Knowing this critic's propensity for using his prodigious imagination in his writing, I was wondering whether it is possible for Lebrecht, who is in his mid-60s, to ever have heard HvK conduct Rigoletto. The only performance I could find he conducted was in Ulm in 1929. As far as I know he never recorded it, which would be a surprise as he recorded most other things. 

So does Lebrecht know something I don't know? Anyone any thoughts?


----------



## bigshot (Nov 22, 2011)

Opinions like that don't have to be based on facts. I'm listening to the Karajan complete EMI orchestral box, and the typical bias doesn't apply. His Philharmonia recordings are vivid and spirited. Many desert island performances in here.


----------



## MAuer (Feb 6, 2011)

I suppose it's possible in theory that von Karajan conducted _Rigoletto_ at some point during the 1950s and '60s, when he was Intendant at the Vienna State Opera. But I'm also unaware of any recordings.


----------



## alfpianista (Feb 2, 2013)

I like this Forum!! Thank!!!


----------



## DavidA (Dec 14, 2012)

MAuer said:


> I suppose it's possible in theory that von Karajan conducted _Rigoletto_ at some point during the 1950s and '60s, when he was Intendant at the Vienna State Opera. But I'm also unaware of any recordings.
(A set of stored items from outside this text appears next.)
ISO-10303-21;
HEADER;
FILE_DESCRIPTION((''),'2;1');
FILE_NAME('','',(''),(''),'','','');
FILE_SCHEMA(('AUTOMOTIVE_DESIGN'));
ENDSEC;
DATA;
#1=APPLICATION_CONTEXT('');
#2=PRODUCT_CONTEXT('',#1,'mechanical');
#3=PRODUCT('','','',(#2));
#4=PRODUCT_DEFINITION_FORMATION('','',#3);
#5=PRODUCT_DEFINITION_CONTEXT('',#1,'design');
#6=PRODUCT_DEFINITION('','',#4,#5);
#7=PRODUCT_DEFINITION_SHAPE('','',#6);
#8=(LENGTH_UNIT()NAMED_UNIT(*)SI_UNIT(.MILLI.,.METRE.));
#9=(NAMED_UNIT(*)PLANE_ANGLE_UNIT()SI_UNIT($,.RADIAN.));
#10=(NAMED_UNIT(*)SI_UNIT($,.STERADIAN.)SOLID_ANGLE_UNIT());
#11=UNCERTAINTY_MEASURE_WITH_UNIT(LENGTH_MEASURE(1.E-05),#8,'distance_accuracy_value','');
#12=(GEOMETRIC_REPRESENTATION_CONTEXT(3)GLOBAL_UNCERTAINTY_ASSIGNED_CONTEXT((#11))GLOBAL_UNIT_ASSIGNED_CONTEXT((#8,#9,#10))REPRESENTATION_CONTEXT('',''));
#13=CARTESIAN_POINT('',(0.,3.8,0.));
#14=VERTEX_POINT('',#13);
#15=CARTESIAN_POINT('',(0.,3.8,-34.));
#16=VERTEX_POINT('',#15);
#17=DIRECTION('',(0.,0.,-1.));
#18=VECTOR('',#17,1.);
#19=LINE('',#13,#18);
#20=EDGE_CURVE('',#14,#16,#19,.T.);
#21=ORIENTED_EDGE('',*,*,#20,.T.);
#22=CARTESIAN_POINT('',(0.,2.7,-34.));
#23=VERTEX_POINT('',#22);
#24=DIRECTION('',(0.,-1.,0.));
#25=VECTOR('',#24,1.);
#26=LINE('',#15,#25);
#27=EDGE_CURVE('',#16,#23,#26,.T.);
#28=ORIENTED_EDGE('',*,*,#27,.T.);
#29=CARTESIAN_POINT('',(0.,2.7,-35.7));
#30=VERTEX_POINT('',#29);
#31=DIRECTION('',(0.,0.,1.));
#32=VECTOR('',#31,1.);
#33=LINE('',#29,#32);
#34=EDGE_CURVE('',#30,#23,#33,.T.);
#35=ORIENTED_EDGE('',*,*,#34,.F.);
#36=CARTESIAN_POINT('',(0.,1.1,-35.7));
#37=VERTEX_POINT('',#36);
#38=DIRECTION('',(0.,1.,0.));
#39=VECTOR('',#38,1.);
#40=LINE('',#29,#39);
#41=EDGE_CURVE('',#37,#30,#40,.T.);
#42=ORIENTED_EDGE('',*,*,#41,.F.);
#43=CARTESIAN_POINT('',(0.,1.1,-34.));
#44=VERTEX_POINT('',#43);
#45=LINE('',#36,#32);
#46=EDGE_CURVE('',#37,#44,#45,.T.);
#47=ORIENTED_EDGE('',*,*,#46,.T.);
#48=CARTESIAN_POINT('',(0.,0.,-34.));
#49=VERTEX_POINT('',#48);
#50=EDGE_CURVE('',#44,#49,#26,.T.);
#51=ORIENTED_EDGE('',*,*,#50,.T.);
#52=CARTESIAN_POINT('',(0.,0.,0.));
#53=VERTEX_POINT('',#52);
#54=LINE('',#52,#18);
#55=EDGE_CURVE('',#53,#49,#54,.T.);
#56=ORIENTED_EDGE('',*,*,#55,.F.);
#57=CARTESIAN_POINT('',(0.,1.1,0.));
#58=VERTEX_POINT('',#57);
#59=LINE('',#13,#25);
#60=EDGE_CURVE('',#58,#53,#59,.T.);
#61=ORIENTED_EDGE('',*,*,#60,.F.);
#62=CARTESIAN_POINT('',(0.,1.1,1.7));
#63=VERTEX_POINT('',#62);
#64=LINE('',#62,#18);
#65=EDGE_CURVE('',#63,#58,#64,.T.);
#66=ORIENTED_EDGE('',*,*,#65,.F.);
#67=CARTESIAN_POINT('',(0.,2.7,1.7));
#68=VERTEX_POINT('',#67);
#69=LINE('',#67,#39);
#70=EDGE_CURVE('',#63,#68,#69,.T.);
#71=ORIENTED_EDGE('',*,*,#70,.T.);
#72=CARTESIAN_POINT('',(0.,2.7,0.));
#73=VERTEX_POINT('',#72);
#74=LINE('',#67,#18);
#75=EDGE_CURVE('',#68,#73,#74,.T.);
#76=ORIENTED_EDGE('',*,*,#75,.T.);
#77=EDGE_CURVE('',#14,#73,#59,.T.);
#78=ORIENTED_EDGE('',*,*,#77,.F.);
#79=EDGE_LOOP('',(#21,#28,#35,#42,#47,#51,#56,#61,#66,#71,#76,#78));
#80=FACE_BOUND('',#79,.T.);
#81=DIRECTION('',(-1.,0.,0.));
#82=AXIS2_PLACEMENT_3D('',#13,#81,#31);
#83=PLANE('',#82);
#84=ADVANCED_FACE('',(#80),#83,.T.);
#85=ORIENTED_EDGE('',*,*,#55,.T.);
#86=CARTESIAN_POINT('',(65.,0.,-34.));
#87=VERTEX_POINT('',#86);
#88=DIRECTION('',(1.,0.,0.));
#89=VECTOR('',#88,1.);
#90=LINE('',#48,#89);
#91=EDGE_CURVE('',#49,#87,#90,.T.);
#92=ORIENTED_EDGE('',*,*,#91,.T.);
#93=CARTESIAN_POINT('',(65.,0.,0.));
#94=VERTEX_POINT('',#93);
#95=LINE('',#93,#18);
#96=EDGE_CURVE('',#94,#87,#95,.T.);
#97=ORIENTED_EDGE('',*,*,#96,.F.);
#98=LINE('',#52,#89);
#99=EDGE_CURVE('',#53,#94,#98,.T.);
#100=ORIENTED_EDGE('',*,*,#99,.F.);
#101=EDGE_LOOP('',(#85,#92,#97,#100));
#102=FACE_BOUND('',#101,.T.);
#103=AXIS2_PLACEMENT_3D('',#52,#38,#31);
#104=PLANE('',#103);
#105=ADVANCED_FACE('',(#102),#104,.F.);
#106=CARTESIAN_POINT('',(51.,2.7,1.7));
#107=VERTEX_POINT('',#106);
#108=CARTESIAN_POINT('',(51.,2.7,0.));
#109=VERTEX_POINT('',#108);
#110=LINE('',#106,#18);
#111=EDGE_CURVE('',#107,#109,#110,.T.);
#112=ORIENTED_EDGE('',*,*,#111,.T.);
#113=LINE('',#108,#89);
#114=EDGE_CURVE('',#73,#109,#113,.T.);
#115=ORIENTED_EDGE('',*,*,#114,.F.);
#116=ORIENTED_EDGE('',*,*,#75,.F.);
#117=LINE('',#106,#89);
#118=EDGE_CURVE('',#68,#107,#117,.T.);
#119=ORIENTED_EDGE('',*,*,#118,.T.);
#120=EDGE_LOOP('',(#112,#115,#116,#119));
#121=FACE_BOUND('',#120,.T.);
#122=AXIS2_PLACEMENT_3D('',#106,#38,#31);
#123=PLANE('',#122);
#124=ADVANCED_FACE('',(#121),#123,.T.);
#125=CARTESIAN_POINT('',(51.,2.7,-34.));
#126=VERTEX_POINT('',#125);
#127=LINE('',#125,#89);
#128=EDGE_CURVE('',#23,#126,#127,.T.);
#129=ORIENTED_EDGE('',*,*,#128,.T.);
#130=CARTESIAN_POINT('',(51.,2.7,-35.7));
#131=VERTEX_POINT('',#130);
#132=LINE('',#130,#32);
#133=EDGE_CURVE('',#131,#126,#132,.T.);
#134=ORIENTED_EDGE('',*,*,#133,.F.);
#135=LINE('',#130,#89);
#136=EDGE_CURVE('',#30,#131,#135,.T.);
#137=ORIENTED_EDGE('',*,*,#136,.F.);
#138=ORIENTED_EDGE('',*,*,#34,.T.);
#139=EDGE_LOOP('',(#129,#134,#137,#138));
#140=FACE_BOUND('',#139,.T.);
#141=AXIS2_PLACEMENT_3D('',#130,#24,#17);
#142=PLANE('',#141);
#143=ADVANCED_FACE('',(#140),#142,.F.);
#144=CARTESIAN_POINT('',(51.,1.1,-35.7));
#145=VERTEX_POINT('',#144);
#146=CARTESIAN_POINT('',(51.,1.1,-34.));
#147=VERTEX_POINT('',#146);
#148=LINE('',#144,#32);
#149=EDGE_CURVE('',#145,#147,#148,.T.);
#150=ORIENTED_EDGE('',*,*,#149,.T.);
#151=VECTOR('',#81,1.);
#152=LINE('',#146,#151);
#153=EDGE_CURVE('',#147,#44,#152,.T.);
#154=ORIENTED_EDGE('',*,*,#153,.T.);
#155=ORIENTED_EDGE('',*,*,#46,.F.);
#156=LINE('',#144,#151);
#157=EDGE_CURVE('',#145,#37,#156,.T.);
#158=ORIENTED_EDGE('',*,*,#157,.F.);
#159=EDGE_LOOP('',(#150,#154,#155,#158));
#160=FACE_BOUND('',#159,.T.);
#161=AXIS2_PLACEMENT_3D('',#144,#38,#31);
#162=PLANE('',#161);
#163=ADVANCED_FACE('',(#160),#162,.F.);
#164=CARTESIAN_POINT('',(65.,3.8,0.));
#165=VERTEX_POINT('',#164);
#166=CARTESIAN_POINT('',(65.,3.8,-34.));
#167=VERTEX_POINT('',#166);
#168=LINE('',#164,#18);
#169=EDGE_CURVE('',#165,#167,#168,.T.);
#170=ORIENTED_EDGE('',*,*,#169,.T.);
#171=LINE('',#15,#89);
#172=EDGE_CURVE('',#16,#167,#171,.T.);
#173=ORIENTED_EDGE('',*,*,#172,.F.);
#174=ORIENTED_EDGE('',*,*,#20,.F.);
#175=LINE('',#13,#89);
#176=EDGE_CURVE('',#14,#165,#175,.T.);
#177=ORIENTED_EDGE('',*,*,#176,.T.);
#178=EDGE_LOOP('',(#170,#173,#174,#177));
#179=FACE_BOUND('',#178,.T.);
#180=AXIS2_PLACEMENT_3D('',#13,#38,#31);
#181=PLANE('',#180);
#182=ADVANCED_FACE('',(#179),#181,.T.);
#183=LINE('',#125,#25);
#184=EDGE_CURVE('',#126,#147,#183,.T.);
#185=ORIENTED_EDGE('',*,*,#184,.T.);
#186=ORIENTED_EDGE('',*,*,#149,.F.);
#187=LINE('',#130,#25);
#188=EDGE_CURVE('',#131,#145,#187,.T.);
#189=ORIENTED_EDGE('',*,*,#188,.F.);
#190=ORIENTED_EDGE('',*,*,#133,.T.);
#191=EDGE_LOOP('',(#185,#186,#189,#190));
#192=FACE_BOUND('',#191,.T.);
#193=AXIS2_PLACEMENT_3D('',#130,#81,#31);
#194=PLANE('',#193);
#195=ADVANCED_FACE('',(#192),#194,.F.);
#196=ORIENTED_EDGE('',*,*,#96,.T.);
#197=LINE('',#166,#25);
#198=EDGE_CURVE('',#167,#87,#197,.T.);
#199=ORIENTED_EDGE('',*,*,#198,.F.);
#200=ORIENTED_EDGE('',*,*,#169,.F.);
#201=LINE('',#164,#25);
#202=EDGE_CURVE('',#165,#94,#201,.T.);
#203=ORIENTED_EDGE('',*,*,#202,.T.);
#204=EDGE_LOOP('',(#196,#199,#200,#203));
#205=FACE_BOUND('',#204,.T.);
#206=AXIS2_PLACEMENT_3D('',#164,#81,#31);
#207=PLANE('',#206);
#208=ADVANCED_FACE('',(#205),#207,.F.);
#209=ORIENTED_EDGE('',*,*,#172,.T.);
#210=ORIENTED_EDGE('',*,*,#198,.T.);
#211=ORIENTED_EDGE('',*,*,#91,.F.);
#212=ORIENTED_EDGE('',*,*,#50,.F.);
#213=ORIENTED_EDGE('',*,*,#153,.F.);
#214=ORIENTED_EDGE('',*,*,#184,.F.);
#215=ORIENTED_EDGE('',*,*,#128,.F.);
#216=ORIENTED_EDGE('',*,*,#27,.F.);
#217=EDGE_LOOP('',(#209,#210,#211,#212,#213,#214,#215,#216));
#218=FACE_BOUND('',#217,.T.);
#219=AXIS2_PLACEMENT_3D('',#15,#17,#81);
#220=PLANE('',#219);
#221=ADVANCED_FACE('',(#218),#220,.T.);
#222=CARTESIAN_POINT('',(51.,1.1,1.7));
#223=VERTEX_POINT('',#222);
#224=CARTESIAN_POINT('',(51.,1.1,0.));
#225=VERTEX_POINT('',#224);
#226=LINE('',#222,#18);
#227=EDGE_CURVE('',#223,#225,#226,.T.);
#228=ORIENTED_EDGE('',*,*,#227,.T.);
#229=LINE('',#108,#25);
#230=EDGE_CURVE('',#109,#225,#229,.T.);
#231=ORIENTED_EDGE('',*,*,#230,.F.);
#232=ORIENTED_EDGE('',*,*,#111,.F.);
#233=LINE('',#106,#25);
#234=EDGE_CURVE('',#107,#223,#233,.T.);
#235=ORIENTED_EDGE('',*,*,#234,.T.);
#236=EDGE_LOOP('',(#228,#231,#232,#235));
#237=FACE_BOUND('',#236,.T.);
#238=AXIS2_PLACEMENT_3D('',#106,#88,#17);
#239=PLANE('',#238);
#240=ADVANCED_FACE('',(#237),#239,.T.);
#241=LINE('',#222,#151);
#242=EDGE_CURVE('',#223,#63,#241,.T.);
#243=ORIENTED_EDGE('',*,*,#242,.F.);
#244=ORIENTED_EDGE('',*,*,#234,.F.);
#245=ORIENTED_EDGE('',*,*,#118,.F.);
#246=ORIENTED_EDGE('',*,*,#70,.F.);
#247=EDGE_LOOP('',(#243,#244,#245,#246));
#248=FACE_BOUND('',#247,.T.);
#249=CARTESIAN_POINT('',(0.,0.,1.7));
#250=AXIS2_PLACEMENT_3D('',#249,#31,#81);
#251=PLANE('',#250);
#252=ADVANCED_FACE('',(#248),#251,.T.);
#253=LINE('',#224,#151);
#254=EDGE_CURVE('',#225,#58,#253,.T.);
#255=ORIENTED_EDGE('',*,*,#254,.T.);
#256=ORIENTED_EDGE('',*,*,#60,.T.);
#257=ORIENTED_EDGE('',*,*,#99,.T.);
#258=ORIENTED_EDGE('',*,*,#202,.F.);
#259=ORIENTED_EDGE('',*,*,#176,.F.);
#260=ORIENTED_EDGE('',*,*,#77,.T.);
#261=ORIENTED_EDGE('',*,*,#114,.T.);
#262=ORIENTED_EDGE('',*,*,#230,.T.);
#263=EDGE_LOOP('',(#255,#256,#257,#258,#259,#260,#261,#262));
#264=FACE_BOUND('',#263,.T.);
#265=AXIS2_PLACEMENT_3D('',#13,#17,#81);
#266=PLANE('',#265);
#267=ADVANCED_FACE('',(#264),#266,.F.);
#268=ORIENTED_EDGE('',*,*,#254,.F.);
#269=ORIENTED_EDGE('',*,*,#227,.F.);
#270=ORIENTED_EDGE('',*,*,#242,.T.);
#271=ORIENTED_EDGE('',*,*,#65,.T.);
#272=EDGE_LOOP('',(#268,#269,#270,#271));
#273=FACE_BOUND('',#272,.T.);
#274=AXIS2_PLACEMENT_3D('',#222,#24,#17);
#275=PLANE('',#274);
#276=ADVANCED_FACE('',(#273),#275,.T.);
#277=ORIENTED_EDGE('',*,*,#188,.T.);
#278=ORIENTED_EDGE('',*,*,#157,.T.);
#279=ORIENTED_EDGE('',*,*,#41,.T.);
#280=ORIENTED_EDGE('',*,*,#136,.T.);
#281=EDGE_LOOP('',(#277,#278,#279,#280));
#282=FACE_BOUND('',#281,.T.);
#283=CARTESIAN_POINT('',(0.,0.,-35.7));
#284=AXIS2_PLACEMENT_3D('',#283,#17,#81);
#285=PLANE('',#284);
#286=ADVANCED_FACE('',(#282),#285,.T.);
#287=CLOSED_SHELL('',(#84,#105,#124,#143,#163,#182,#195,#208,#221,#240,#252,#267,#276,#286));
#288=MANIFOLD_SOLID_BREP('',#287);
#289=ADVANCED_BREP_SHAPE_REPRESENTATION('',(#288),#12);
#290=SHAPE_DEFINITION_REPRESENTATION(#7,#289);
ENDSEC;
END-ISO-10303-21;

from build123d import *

# Parameters (mm, degrees)
SKETCH_1_W      = 65
SKETCH_1_H      = 34
EXTRUDE_1_DEPTH = 3.8
SKETCH_2_W      = 51
SKETCH_2_H      = 1.6
EXTRUDE_2_DEPTH = 1.7


with BuildPart() as part:
    # 草图1 → 凸台-拉伸1 (new body)
    with BuildSketch(Plane(origin=(0, 0, 0), x_dir=(1, 0, 0), z_dir=(0, 1, 0))):
        with Locations((32.5, 17)):
            Rectangle(SKETCH_1_W, SKETCH_1_H)
    extrude(amount=EXTRUDE_1_DEPTH)

    # 草图2 → 凸台-拉伸2 (add)
    with BuildSketch(Plane(origin=(0, 0, -34), x_dir=(-1, 0, 0), z_dir=(0, 0, -1))):
        with Locations((-25.5, 1.9)):
            Rectangle(SKETCH_2_W, SKETCH_2_H)
    extrude_2 = extrude(amount=EXTRUDE_2_DEPTH)

    # 镜向1: 凸台-拉伸2 across plane
    add(extrude_2.mirror(Plane.XY.offset(-17)))


solid = part.part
I think the fore it is extremely unlikely Lebrecht has heard Karajan conduct Rigoletto. So much for his judgment, then. If a critic is to be taken seriously he should speak at last from knowledge and experience.


----------



## moody (Nov 5, 2011)

bigshot said:


> Opinions like that don't have to be based on facts. I'm listening to the Karajan complete EMI orchestral box, and the typical bias doesn't apply. His Philharmonia recordings are vivid and spirited. Many desert island performances in here.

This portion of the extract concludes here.